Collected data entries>
===============

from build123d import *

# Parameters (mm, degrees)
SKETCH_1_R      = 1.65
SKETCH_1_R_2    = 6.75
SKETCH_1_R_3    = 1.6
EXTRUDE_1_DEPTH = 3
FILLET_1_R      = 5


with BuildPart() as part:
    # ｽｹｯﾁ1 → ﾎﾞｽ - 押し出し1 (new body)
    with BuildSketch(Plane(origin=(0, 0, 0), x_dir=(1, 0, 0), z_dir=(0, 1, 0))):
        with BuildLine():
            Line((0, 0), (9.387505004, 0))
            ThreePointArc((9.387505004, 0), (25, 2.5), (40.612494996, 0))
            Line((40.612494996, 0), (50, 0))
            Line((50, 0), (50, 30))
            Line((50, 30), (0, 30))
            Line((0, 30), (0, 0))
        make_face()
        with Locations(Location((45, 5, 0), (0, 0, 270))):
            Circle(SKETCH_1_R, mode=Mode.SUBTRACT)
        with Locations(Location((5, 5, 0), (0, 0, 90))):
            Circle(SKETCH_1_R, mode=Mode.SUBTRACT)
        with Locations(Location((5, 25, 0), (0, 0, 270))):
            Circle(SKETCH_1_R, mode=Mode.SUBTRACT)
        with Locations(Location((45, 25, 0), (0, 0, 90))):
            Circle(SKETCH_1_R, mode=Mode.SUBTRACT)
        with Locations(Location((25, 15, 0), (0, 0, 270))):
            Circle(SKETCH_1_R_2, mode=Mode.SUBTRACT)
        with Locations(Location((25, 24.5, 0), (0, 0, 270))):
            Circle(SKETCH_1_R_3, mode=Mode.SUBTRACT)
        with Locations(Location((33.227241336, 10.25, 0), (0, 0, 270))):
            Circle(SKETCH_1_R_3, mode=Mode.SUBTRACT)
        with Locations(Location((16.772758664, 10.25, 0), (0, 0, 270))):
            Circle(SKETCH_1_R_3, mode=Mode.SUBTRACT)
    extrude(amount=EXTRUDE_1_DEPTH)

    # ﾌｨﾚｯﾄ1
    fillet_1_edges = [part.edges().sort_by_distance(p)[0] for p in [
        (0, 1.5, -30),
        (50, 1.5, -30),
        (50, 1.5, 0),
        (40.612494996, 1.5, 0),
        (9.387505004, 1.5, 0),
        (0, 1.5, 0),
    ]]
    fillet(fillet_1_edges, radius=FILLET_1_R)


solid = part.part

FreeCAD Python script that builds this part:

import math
import FreeCAD as App
import Part
import Sketcher

V = App.Vector
Q = App.Units.Quantity


def edges_at(feature, points):
    """Names of the edges that pass closest to the given points."""
    edges = feature.Shape.Edges
    near = lambda p: min(range(len(edges)), key=lambda i: edges[i].distToShape(Part.Vertex(*p))[0])
    return sorted({f"Edge{near(p) + 1}" for p in points})

doc = App.newDocument("Part")
params = doc.addObject("Spreadsheet::Sheet", "Params")
for row, (alias, value) in enumerate([
    ("sketch1_radius", "50 mm"),
    ("sketch1_diameter", "3.3 mm"),
    ("sketch1_diameter2", "3.2 mm"),
    ("sketch1_diameter3", "13.5 mm"),
    ("sketch1_width", "50 mm"),
    ("pad1_length", "3 mm"),
    ("fillet_radius", "5 mm"),
], start=1):
    params.set(f"A{row}", alias)
    params.set(f"B{row}", "=" + value)
    params.setAlias(f"B{row}", alias)

body = doc.addObject("PartDesign::Body", "Body")

# Sketch on XZ plane
sketch1 = body.newObject("Sketcher::SketchObject", "Sketch")
sketch1.AttachmentSupport = (doc.getObject("XZ_Plane"), [""])
sketch1.MapMode = "FlatFace"
sketch1.addGeometry([
    Part.LineSegment(V(0, 0, 0), V(9.4, 0, 0)),  # 0
    Part.ArcOfCircle(Part.Circle(V(25, 47.5, 0), V(0, 0, 1), 50), math.radians(-108), math.radians(-72)),  # 1
    Part.LineSegment(V(40.6, 0, 0), V(50, 0, 0)),  # 2
    Part.LineSegment(V(50, 0, 0), V(50, -30, 0)),  # 3
    Part.LineSegment(V(50, -30, 0), V(0, -30, 0)),  # 4
    Part.LineSegment(V(0, -30, 0), V(0, 0, 0)),  # 5
    Part.Circle(V(5, -5, 0), V(0, 0, 1), 1.6),  # 6
    Part.Circle(V(16.8, -10.2, 0), V(0, 0, 1), 1.6),  # 7
    Part.Circle(V(45, -5, 0), V(0, 0, 1), 1.6),  # 8
    Part.Circle(V(33.2, -10.2, 0), V(0, 0, 1), 1.6),  # 9
    Part.Circle(V(5, -25, 0), V(0, 0, 1), 1.6),  # 10
    Part.Circle(V(25, -15, 0), V(0, 0, 1), 6.8),  # 11
    Part.Circle(V(25, -24.5, 0), V(0, 0, 1), 1.6),  # 12
    Part.Circle(V(45, -25, 0), V(0, 0, 1), 1.6),  # 13
], False)
sketch1.addConstraint([
    Sketcher.Constraint("Coincident", 0, 2, 1, 1),
    Sketcher.Constraint("Coincident", 1, 2, 2, 1),
    Sketcher.Constraint("Coincident", 2, 2, 3, 1),
    Sketcher.Constraint("Coincident", 3, 2, 4, 1),
    Sketcher.Constraint("Coincident", 4, 2, 5, 1),
    Sketcher.Constraint("Coincident", 5, 2, 0, 1),
    Sketcher.Constraint("Horizontal", 0),
    Sketcher.Constraint("Horizontal", 2),
    Sketcher.Constraint("Vertical", 3),
    Sketcher.Constraint("Horizontal", 4),
    Sketcher.Constraint("Vertical", 5),
    Sketcher.Constraint("Coincident", 5, 2, -1, 1),
    Sketcher.Constraint("Equal", 6, 8),
    Sketcher.Constraint("Equal", 7, 9),
    Sketcher.Constraint("Equal", 8, 10),
    Sketcher.Constraint("Equal", 9, 12),
    Sketcher.Constraint("Equal", 10, 13),
    Sketcher.Constraint("PointOnObject", 1, 2, -1),
    Sketcher.Constraint("Horizontal", 6, 3, 8, 3),
    Sketcher.Constraint("Horizontal", 7, 3, 9, 3),
    Sketcher.Constraint("Horizontal", 10, 3, 13, 3),
    Sketcher.Constraint("Vertical", 6, 3, 10, 3),
    Sketcher.Constraint("Vertical", 1, 3, 11, 3),
    Sketcher.Constraint("Vertical", 11, 3, 12, 3),
    Sketcher.Constraint("Vertical", 8, 3, 13, 3),
    Sketcher.Constraint("Equal", 0, 2),
    Sketcher.Constraint("Radius", 1, Q("50 mm")),
    Sketcher.Constraint("Diameter", 6, Q("3.3 mm")),
    Sketcher.Constraint("Diameter", 7, Q("3.2 mm")),
    Sketcher.Constraint("Diameter", 11, Q("13.5 mm")),
    Sketcher.Constraint("DistanceX", 4, 2, 4, 1, Q("50 mm")),
    Sketcher.Constraint("DistanceY", 3, 2, 3, 1, Q("30 mm")),
    Sketcher.Constraint("DistanceX", -1, 1, 6, 3, Q("5 mm")),
    Sketcher.Constraint("DistanceY", 6, 3, -1, 1, Q("5 mm")),
    Sketcher.Constraint("DistanceX", -1, 1, 8, 3, Q("45 mm")),
    Sketcher.Constraint("DistanceY", 10, 3, -1, 1, Q("25 mm")),
    Sketcher.Constraint("DistanceY", 11, 3, -1, 1, Q("15 mm")),
    Sketcher.Constraint("DistanceY", -1, 1, 1, 3, Q("47.5 mm")),
    Sketcher.Constraint("DistanceY", 12, 3, -1, 1, Q("24.5 mm")),
    Sketcher.Constraint("DistanceY", 7, 3, -1, 1, Q("10.25 mm")),
    Sketcher.Constraint("DistanceX", -1, 1, 7, 3, Q("16.772759 mm")),
    Sketcher.Constraint("DistanceX", -1, 1, 9, 3, Q("33.227241 mm")),
])
sketch1.setExpression("Constraints[26]", "Params.sketch1_radius")
sketch1.setExpression("Constraints[27]", "Params.sketch1_diameter")
sketch1.setExpression("Constraints[28]", "Params.sketch1_diameter2")
sketch1.setExpression("Constraints[29]", "Params.sketch1_diameter3")
sketch1.setExpression("Constraints[30]", "Params.sketch1_width")
pad1 = body.newObject("PartDesign::Pad", "Pad")
pad1.Profile = sketch1
pad1.setExpression("Length", "Params.pad1_length")
pad1.Reversed = True
doc.recompute()

fillet = body.newObject("PartDesign::Fillet", "Fillet")
fillet.Base = (pad1, edges_at(pad1, [
    (0, 1.5, -30),
    (50, 1.5, -30),
    (50, 1.5, 0),
    (40.612, 1.5, 0),
    (9.388, 1.5, 0),
    (0, 1.5, 0),
]))
fillet.setExpression("Radius", "Params.fillet_radius")

doc.recompute()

===============

ASSIGNMENT> Begin with the first line of the records and reproduce each line as is, ending with the line that holds "ThreePointArc((9.387505004, 0), (25, 2.5), (40.612494996, 0))".

ANSWER AREA>
from build123d import *

# Parameters (mm, degrees)
SKETCH_1_R      = 1.65
SKETCH_1_R_2    = 6.75
SKETCH_1_R_3    = 1.6
EXTRUDE_1_DEPTH = 3
FILLET_1_R      = 5


with BuildPart() as part:
    # ｽｹｯﾁ1 → ﾎﾞｽ - 押し出し1 (new body)
    with BuildSketch(Plane(origin=(0, 0, 0), x_dir=(1, 0, 0), z_dir=(0, 1, 0))):
        with BuildLine():
            Line((0, 0), (9.387505004, 0))
            ThreePointArc((9.387505004, 0), (25, 2.5), (40.612494996, 0))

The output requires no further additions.